**TASK DIRECTIONS**. Write out exactly the lines from the first line of the records below through the line that contains "v 19.423 3.356 0", and stop there.

** SOURCE INFORMATION follows **

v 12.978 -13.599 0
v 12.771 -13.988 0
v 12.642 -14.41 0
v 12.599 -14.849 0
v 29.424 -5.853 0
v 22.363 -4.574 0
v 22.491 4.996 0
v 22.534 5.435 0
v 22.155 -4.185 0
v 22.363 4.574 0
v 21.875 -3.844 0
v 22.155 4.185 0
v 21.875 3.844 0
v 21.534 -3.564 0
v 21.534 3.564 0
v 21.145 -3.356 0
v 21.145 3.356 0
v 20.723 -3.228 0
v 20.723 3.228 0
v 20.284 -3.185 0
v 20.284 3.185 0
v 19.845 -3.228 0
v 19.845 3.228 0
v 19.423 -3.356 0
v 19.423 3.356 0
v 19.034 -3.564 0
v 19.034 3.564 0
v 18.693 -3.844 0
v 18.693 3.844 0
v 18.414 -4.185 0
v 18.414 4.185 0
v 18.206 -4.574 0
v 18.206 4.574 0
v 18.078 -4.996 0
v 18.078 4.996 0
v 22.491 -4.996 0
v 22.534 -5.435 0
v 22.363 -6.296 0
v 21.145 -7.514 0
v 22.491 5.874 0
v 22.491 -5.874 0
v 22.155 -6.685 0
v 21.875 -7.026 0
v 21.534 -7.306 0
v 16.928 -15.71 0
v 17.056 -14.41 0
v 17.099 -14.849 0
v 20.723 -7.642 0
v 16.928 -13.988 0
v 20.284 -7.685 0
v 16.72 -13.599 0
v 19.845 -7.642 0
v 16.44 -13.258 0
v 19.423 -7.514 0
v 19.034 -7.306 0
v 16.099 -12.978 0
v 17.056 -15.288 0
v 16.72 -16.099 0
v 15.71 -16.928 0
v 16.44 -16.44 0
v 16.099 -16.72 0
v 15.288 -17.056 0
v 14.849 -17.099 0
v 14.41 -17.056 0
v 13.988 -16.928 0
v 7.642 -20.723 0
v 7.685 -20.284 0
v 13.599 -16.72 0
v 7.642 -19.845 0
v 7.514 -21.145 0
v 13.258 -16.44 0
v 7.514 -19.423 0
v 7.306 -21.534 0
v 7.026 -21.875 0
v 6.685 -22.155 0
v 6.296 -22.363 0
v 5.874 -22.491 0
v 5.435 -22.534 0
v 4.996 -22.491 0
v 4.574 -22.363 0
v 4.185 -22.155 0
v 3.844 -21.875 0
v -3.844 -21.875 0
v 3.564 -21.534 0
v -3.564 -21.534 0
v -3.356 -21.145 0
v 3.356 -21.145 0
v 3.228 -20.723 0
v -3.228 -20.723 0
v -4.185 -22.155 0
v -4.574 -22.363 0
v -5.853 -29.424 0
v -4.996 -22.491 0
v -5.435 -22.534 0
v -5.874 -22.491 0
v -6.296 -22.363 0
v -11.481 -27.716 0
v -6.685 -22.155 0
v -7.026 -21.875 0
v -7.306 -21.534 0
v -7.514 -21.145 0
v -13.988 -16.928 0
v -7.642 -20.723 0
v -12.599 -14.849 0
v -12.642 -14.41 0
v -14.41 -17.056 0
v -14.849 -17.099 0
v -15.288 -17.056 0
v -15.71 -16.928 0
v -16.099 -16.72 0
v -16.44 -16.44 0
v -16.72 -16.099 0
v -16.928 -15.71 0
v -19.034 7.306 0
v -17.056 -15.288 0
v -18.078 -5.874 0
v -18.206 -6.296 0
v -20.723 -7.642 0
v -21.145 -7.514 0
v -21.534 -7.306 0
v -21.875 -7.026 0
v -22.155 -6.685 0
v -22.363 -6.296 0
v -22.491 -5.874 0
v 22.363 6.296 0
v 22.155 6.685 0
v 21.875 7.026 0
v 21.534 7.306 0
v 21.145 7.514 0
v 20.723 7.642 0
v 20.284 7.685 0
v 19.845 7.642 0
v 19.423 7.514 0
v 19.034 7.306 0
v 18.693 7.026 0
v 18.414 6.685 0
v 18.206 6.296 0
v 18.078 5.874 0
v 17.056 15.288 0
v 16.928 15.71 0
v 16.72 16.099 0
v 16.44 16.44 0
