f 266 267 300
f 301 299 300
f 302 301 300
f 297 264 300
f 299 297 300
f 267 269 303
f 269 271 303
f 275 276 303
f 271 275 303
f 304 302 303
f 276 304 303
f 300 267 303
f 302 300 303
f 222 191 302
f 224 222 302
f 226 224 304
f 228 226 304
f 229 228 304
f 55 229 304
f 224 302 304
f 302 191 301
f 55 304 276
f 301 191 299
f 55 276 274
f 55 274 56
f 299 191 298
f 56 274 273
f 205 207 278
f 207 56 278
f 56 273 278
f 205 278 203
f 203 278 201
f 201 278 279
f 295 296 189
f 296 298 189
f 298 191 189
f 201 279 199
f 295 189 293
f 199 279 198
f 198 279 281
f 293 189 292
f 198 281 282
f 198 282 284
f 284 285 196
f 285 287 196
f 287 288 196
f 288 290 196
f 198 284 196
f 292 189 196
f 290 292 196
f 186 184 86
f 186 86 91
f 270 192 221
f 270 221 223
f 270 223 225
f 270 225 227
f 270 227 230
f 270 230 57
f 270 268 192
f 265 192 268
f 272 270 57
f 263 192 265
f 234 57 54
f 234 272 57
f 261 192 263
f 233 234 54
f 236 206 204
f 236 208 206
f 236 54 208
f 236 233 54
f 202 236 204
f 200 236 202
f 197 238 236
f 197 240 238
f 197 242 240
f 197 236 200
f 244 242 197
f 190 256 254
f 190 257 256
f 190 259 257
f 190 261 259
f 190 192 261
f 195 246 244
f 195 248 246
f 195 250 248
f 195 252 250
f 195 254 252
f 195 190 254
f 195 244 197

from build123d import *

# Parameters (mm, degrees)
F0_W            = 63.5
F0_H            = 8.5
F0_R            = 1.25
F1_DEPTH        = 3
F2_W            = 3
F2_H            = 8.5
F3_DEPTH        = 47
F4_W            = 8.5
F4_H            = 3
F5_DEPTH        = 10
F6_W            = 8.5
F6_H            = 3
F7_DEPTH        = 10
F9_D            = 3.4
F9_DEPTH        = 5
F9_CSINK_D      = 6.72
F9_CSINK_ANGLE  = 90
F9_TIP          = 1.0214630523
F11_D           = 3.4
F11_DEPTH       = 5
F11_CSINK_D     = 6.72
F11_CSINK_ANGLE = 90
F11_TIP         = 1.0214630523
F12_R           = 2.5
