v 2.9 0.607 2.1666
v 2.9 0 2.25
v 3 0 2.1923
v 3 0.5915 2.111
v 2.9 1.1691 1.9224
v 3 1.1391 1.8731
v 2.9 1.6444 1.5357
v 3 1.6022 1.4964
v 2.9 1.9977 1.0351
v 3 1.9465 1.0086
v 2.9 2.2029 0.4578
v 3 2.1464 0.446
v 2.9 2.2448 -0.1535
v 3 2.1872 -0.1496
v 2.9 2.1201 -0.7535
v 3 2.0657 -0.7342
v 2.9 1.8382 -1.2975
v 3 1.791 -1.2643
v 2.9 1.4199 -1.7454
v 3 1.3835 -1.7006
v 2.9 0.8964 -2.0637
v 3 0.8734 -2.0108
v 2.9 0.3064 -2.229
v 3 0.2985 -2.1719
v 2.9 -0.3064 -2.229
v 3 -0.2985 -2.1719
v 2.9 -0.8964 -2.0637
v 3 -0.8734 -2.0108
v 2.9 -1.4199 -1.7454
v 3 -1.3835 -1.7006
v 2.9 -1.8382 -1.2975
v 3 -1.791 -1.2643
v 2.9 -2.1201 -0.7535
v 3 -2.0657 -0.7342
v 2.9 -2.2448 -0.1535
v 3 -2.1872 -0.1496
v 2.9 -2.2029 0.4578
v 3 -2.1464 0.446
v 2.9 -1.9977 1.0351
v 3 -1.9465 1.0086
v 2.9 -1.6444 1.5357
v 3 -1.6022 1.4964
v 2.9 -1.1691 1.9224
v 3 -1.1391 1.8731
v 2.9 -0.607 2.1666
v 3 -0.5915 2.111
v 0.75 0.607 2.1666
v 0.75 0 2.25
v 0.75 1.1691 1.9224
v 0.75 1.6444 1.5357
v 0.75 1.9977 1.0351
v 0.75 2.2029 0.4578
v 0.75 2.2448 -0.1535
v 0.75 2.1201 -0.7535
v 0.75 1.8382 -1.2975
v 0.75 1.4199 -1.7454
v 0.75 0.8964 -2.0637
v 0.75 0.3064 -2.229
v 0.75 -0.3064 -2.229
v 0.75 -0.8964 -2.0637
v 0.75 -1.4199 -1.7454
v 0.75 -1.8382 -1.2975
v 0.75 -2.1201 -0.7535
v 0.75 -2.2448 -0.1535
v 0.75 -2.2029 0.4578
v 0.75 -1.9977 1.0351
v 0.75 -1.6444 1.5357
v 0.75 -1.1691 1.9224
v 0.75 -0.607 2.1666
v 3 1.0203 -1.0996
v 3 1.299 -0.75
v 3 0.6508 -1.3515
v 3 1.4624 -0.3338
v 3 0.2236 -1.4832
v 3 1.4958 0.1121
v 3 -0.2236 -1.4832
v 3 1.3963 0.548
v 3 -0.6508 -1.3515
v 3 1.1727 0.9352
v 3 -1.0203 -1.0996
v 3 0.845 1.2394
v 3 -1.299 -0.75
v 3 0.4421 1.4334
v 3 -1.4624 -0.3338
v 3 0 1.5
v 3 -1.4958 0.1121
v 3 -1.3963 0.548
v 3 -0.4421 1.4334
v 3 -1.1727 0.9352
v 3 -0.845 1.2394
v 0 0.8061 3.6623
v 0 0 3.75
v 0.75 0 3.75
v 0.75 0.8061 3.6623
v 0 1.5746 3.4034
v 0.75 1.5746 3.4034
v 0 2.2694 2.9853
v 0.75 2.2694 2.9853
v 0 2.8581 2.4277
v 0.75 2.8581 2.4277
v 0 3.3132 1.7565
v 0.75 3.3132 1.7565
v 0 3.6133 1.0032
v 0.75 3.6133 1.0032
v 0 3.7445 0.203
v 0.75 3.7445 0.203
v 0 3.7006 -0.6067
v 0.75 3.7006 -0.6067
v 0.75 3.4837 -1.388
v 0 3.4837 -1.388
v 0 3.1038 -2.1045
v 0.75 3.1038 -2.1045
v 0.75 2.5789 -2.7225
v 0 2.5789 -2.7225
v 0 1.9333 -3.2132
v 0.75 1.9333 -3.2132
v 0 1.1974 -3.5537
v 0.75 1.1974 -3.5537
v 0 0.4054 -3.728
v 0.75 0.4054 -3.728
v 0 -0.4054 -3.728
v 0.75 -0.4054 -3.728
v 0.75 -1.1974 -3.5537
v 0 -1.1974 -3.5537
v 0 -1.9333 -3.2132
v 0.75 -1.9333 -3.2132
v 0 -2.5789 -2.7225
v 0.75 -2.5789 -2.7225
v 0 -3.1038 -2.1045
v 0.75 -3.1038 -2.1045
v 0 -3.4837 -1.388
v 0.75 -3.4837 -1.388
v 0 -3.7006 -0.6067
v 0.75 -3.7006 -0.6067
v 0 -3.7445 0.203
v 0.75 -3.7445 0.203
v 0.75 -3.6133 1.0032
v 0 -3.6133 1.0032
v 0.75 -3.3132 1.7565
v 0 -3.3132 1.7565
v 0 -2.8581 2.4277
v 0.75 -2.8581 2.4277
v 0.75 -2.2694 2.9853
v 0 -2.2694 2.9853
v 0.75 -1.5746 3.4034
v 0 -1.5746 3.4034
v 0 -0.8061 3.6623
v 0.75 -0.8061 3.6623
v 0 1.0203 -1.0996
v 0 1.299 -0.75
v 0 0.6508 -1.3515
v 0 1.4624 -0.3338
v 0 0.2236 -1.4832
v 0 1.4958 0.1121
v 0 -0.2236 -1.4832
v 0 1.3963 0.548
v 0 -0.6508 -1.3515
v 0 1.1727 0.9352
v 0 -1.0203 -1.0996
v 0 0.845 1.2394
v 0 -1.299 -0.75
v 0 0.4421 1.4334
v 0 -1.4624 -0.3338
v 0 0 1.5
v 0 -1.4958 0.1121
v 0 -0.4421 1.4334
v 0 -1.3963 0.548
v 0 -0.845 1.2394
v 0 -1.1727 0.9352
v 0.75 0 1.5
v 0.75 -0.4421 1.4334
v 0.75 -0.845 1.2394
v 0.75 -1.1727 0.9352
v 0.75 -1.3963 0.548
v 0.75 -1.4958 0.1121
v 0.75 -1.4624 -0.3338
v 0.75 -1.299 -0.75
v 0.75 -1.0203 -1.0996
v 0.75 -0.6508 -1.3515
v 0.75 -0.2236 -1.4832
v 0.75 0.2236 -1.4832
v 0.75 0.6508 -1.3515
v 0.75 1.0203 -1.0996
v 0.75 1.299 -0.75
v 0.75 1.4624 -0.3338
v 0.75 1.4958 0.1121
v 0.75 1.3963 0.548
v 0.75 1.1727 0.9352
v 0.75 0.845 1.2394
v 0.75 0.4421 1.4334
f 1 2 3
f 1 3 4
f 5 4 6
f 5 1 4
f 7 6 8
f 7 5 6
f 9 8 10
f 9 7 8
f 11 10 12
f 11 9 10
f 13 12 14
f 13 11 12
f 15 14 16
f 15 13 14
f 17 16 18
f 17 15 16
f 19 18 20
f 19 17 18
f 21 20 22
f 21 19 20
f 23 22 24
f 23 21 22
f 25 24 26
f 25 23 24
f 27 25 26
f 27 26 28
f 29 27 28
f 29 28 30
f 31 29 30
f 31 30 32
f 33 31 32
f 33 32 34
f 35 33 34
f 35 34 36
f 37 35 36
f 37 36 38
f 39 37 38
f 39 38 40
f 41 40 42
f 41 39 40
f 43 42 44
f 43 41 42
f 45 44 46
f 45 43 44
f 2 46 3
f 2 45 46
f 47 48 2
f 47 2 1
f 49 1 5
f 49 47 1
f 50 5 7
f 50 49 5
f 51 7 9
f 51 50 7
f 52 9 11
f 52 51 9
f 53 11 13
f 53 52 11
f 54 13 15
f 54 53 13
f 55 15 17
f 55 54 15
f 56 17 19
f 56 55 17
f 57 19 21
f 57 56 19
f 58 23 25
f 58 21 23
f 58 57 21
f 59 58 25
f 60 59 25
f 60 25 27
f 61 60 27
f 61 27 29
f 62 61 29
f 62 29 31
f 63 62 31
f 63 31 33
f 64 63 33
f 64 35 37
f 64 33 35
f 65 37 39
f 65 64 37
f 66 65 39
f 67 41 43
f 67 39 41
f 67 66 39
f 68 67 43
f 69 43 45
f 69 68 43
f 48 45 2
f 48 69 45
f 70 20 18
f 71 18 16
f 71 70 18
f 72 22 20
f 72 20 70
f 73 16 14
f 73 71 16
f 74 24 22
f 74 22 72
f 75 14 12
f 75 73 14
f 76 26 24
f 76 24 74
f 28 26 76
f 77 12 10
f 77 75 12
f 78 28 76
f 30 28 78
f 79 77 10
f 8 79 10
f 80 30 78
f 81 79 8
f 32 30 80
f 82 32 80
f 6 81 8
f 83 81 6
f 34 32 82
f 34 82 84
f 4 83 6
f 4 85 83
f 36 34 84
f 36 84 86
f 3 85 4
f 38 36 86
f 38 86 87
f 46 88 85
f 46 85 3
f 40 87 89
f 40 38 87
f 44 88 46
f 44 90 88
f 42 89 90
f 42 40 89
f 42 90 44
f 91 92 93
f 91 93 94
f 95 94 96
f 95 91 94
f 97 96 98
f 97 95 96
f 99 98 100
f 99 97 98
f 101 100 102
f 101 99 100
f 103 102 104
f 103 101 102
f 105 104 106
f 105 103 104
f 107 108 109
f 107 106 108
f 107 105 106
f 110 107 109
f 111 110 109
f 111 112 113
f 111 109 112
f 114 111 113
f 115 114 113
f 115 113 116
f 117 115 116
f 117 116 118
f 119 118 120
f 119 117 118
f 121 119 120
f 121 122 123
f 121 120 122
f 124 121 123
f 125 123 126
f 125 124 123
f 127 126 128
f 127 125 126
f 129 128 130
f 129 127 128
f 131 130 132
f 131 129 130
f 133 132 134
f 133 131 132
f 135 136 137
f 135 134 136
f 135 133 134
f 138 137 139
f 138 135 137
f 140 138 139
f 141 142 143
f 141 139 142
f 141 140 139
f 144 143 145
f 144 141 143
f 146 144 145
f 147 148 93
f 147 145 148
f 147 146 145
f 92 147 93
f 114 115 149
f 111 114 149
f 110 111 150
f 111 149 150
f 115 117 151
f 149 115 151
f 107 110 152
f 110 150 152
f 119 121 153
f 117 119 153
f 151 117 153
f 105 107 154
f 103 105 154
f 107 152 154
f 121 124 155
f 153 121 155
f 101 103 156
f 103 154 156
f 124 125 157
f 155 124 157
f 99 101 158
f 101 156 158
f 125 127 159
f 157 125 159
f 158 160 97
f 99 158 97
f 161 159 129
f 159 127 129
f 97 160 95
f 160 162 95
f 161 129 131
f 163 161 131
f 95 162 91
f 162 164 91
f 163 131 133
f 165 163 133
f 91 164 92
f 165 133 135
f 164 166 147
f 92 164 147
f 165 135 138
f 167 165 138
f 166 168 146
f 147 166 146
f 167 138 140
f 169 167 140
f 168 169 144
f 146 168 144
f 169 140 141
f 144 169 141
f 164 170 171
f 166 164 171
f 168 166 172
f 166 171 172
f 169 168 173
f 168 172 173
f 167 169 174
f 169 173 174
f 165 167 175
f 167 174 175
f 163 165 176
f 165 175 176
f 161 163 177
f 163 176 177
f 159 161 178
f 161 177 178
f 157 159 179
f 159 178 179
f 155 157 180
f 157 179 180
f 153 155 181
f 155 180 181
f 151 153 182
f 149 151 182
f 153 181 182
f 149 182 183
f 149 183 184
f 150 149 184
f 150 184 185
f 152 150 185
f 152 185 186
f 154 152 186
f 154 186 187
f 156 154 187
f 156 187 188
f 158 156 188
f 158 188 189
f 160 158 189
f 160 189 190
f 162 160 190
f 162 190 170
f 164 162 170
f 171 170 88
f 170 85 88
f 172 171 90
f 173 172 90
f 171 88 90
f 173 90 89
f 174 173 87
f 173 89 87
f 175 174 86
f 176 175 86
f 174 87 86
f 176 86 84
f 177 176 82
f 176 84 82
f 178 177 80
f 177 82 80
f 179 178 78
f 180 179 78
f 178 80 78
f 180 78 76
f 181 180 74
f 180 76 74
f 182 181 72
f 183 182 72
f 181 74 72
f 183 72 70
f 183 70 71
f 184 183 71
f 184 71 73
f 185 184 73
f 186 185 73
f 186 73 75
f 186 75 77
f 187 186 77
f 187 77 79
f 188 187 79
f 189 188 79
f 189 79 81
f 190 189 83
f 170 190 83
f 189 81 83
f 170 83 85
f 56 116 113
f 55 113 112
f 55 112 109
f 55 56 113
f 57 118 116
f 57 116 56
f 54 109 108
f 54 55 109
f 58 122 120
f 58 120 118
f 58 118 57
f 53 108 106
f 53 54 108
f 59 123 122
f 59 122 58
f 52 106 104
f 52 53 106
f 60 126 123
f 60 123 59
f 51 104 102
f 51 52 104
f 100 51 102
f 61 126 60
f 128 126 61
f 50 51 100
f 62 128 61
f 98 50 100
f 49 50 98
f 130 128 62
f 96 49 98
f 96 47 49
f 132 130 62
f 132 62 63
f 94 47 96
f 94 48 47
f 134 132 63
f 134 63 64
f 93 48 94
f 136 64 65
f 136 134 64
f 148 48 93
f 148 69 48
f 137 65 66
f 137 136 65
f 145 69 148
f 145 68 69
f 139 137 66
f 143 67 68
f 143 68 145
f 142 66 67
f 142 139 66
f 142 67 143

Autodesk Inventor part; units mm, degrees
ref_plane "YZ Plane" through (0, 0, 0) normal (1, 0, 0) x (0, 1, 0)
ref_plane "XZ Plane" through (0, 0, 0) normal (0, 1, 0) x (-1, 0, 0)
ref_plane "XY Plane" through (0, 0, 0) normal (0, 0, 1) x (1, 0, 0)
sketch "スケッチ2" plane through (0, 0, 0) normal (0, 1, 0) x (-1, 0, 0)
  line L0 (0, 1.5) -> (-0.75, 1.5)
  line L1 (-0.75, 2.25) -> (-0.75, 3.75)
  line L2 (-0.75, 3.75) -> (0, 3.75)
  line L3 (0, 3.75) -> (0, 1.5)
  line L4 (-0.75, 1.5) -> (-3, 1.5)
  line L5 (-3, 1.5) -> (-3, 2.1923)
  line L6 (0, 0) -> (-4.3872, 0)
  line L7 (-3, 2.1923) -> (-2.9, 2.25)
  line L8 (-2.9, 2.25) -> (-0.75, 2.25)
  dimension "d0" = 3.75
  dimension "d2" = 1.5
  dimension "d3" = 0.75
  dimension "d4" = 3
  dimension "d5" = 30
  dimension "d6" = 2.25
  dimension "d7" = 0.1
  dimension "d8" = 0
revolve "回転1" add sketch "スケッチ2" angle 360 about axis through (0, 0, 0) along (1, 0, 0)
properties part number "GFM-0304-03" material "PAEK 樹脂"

** End of SOURCE INFORMATION **

**EXPECTED ANSWER**.
v 12.978 -13.599 0
v 12.771 -13.988 0
v 12.642 -14.41 0
v 12.599 -14.849 0
v 29.424 -5.853 0
v 22.363 -4.574 0
v 22.491 4.996 0
v 22.534 5.435 0
v 22.155 -4.185 0
v 22.363 4.574 0
v 21.875 -3.844 0
v 22.155 4.185 0
v 21.875 3.844 0
v 21.534 -3.564 0
v 21.534 3.564 0
v 21.145 -3.356 0
v 21.145 3.356 0
v 20.723 -3.228 0
v 20.723 3.228 0
v 20.284 -3.185 0
v 20.284 3.185 0
v 19.845 -3.228 0
v 19.845 3.228 0
v 19.423 -3.356 0
v 19.423 3.356 0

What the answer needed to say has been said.